Example: Companies adopting this approach frequently build new buildings, such as Google’s campus in London’s King’s Cross, which has provision for more than 600 bicycles compared to four car parking spaces, solar panels on the roof, motorised timber blinds on the outside of the building to keep direct sunlight out and is designed with renewable materials.

  1. Changemakers

Changemakers believe in the power of peer influence to activate change within the office. While still largely office-based change-makers will use the ‘return to office’ window of opportunity to encourage employees to modify behaviours in the workplace.
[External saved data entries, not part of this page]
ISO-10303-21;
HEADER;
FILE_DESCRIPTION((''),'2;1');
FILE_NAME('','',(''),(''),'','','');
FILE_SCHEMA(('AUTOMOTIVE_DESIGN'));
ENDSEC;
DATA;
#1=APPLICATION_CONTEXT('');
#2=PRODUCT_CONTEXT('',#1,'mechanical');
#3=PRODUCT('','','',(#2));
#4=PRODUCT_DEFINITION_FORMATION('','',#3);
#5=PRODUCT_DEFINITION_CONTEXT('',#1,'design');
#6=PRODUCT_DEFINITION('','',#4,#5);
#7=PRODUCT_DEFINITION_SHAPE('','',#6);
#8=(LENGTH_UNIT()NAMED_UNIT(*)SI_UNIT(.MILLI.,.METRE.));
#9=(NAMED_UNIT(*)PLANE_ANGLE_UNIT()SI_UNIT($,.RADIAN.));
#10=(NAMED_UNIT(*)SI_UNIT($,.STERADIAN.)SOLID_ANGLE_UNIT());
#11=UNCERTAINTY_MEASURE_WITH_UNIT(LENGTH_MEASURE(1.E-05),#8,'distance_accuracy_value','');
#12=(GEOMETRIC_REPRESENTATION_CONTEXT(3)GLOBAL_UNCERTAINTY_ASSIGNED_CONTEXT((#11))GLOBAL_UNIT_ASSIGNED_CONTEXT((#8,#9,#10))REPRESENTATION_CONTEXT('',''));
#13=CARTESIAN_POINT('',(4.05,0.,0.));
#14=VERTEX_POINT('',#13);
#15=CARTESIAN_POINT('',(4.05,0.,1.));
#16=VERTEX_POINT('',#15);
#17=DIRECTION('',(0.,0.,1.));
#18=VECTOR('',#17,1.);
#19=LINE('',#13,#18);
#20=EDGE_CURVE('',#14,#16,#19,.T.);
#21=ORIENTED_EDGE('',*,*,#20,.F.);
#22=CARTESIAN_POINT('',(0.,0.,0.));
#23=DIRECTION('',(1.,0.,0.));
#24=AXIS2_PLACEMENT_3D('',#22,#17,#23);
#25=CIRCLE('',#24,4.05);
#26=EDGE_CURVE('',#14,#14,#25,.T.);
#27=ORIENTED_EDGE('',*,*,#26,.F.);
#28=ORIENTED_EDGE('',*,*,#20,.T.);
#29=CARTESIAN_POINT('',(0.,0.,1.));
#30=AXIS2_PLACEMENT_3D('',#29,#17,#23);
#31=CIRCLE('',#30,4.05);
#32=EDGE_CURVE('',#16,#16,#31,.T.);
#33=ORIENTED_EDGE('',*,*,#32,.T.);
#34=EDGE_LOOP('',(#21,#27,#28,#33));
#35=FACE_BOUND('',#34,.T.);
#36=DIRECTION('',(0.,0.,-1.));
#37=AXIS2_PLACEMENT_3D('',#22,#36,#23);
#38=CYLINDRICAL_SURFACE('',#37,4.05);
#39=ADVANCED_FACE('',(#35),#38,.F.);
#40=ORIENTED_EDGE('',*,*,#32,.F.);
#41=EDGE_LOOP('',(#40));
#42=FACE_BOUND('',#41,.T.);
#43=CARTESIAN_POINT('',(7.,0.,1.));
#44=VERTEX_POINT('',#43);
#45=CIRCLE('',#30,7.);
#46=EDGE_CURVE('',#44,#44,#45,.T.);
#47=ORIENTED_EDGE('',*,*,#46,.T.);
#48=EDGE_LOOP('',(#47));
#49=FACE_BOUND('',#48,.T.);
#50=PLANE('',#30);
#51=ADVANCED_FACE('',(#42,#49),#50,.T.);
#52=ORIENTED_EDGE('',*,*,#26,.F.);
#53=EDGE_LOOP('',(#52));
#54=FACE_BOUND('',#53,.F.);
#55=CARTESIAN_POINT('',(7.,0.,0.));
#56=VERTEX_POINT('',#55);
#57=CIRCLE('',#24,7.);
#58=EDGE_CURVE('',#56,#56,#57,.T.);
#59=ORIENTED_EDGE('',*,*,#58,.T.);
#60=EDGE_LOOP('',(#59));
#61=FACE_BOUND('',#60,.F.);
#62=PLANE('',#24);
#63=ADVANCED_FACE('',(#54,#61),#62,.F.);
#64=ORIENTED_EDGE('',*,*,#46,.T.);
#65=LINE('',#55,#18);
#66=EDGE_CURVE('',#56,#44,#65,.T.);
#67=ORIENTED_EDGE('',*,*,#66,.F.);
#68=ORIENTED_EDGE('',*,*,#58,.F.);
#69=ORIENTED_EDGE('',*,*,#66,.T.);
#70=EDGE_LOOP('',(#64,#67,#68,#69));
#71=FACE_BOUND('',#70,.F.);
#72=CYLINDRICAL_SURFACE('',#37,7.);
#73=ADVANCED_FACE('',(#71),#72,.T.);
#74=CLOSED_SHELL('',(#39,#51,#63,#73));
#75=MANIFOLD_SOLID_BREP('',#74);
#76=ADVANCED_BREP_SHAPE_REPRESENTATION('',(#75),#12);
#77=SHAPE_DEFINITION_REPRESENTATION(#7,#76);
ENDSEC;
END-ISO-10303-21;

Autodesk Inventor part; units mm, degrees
ref_plane "YZ Plane" through (0, 0, 0) normal (1, 0, 0) x (0, 1, 0)
ref_plane "XZ Plane" through (0, 0, 0) normal (0, 1, 0) x (-1, 0, 0)
ref_plane "XY Plane" through (0, 0, 0) normal (0, 0, 1) x (1, 0, 0)
sketch "スケッチ1" plane through (0, 0, 0) normal (0, 0, 1) x (1, 0, 0)
  circle A0 centre (0, 0) radius 4.05
  circle A1 centre (0, 0) radius 7
  dimension "d0" = 8.1
  dimension "d1" = 14
extrude "押し出し1" add sketch "スケッチ1" along normal blind 1
properties part number "ワッシャー8.1,14,1t" material "アセタール樹脂、白"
Example: Pharmaceutical company Genentech has named its green team the ‘Green Genes’. In its goal to educate and empower employees to be more sustainable, the company sponsors monthly guest speakers, holds movie nights focusing on sustainability issues and hosts an annual eco-party.  It also introduced composting to its cafeteria and saved $200,000 a year by replacing plastic water bottles with filtered water machines.

  1. Choicegivers

Choicegivers are organisations that use new ways of working and flexible work policies to promote more sustainable choices by employees beyond the office walls, rather than company-mandated policies. This typology is driven by recent research which found that following the pandemic people increasingly want to move to greener areas which encourage environmentally responsible behaviour. Employees have autonomy to work anywhere and make green choices for themselves, including outside the office – such as working from home to reduce their carbon footprint through reduced travel. 

Example: Printing firm Xerox Design allowed 8,000 of its 27,000 employees to work remotely full-time, resulting in its employees driving 92 million fewer miles and saving 4.6 million gallons of fuel, cutting CO₂ emissions by almost 41,000 metric tons annually.

4. Arbitrators

Arbitrators are organisations that extend sustainability beyond the office building but step in to make more sustainable decisions in the home and community on behalf of their workforce – in effect, arbitrating for their own employees when it comes to green issues. These organisations understand that, even if fewer people work from the office every day, they still have a degree of corporate responsibility for their employees – and they are likely to offer subsidised transport and smart home energy solutions for employees as well as to run community-minded green initiatives.
Example: Sustainable clothing company Patagonia recognises the importance of political action on the environment. It has made voting for eco-friendly political leaders a cornerstone of its sustainability message. Patagonia has a self-imposed Earth tax of 1% for the planet which provides support to environmental non-profits working to defend the air, land and water around the globe.

“What is important to recognise is that the four typologies of a sustainable organisation are not mutually exclusive,” says Moneypenny CEO Joanna Swash. “For example Moneypenny has traits in all four. A placemaker because our HQ was built with environmental goals in mind, a changemaker because of our eco-pennies employee-led sustainable living group, which shaped our HQ and so much more since then. We are also classed as a choice-giver as we invested in technology to make hybrid working a viable and successful option, and also an arbitrator, as we are engaging with the wider community and choosing to offset our UK carbon emissions.”